进一步推荐采用点积方法，检查由任意3个点组成的向量中是否有两个互相垂直，并查看它们的x和y是否与第四个点匹配。

如果你有点[Ax,Ay] [Bx,By] [Cx,Cy] [Dx,Dy]

向量v = B-A 向量u = C-A

v(dot)u/|v||u| == cos(theta)

所以如果(v.u == 0)，那么其中就有一些垂直的线。

我其实不懂C编程，但是这里有些“元”编程供你参考 ：P

if (v==[0,0] || u==[0,0] || u==v || D==A) {not a rectangle, not even a quadrilateral}

var dot = (v1*u1 + v2*u2); //computes the "top half" of (v.u/|v||u|)
if (dot == 0) { //potentially a rectangle if true

    if (Dy==By && Dx==Cx){
     is a rectangle
    }

    else if (Dx==Bx && Dy==Cy){
     is a rectangle
    }
}
else {not a rectangle}

这个问题中没有平方根，也没有可能出现除以零的情况。

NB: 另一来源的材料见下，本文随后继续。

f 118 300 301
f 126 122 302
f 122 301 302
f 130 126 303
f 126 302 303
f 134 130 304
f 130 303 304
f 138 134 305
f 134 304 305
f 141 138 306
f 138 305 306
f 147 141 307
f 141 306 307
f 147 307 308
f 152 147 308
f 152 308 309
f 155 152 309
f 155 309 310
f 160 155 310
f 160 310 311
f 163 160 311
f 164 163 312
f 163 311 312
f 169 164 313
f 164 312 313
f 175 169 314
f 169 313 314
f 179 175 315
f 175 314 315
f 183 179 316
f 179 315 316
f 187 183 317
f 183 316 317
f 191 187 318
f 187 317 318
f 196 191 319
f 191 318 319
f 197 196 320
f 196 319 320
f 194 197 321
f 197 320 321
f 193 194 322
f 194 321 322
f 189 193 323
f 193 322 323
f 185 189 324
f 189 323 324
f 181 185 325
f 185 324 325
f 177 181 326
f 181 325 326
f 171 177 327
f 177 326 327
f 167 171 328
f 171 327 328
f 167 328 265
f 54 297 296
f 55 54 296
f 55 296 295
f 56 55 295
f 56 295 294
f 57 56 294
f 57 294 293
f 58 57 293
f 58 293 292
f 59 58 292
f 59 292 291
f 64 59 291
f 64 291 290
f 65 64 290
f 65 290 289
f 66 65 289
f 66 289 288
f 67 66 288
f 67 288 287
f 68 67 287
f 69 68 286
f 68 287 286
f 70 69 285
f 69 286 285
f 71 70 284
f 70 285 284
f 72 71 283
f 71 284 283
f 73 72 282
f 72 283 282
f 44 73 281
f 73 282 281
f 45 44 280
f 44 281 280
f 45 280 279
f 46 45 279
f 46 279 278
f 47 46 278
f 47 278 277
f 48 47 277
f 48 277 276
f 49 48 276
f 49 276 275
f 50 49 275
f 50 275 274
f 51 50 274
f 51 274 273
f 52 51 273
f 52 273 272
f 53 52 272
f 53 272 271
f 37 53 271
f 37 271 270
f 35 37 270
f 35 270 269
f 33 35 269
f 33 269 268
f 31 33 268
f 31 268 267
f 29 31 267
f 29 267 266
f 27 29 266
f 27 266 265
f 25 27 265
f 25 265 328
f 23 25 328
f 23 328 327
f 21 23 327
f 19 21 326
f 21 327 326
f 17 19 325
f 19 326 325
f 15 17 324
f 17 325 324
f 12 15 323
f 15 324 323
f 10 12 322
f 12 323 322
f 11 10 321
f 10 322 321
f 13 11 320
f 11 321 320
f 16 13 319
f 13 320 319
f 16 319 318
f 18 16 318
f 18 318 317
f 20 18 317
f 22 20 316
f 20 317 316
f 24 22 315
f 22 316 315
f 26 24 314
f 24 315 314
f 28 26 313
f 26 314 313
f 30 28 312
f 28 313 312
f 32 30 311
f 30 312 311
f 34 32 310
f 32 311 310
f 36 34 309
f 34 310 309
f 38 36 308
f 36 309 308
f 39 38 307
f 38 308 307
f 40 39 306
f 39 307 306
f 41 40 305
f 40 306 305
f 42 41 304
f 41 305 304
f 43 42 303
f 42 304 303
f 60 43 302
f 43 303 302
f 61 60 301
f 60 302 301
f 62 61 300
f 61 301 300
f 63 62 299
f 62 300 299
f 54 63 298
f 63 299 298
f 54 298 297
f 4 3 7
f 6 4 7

我注意到早些帖子中有人提到了这些问题，所以我想提供一个替代方案。

因此，在计算上，您需要四次减法来得到v和u，两次乘法，一次加法，并且您必须检查1到7个等式之间的某个位置。

也许我是在编造，但我模糊地记得在某个地方读到过减法和乘法是“更快”的计算。我假设声明变量/数组并设置它们的值也非常快？

抱歉，我对这种事情还很陌生，所以我希望能得到一些反馈。

编辑：基于我下面的评论，请尝试这个：

A = [a1,a2];
B = [b1,b2];
C = [c1,c2];
D = [d1,d2];

u = (b1-a1,b2-a2);
v = (c1-a1,c2-a2);

if ( u==0 || v==0 || A==D || u==v)
    {!rectangle} // get the obvious out of the way

var dot = u1*v1 + u2*v2;
var pgram = [a1+u1+v1,a2+u2+v2]
if (dot == 0 && pgram == D) {rectangle} // will be true 50% of the time if rectangle
else if (pgram == D) {
    w = [d1-a1,d2-a2];

    if (w1*u1 + w2*u2 == 0) {rectangle} //25% chance
    else if (w1*v1 + w2*v2 == 0) {rectangle} //25% chance

    else {!rectangle}
}
else {!rectangle}

我最近也遇到了类似的挑战，但是在Python中，我想出了以下方法，也许这个方法会有价值。这个想法是有六条线，如果把它们放到一个集合里，应该会剩下3个唯一的线距离 - 长度、宽度和对角线。

def con_rec(a,b,c,d): 
        d1 = a.distanceFromPoint(b)
        d2 = b.distanceFromPoint(c)
        d3 = c.distanceFromPoint(d)
        d4 = d.distanceFromPoint(a)
        d5 = d.distanceFromPoint(b)
        d6 = a.distanceFromPoint(c)
        lst = [d1,d2,d3,d4,d5,d6] # list of all combinations 
        of point to point distances
        if min(lst) * math.sqrt(2) == max(lst): # this confirms a square, not a rectangle
            return False
        z = set(lst) # set of unique values in ck
        if len(lst) == 3: # there should be three values, length, width, diagonal, if a 
        4th, it's not a rectangle
            return True
        else: # not a rectangle
            return False

首先验证这四个点是否能够构成平行四边形，然后再找出是否存在一个直角。
1. 验证平行四边形

输入4个点A、B、C、D;

如果(A、B、C、D是同一个点)，退出;// 不是矩形;

否则，形成3个向量AB、AC、AD，验证(AB=AC+AD || AC=AB+AD || AD=AB+AC)，\\如果其中一个满足，则为平行四边形;

2.验证直角

通过上一步，我们可以找到哪两个点是A的相邻点;

我们需要找出角A是否为直角，如果是，则为矩形。

我不知道是否存在错误。请查找并纠正。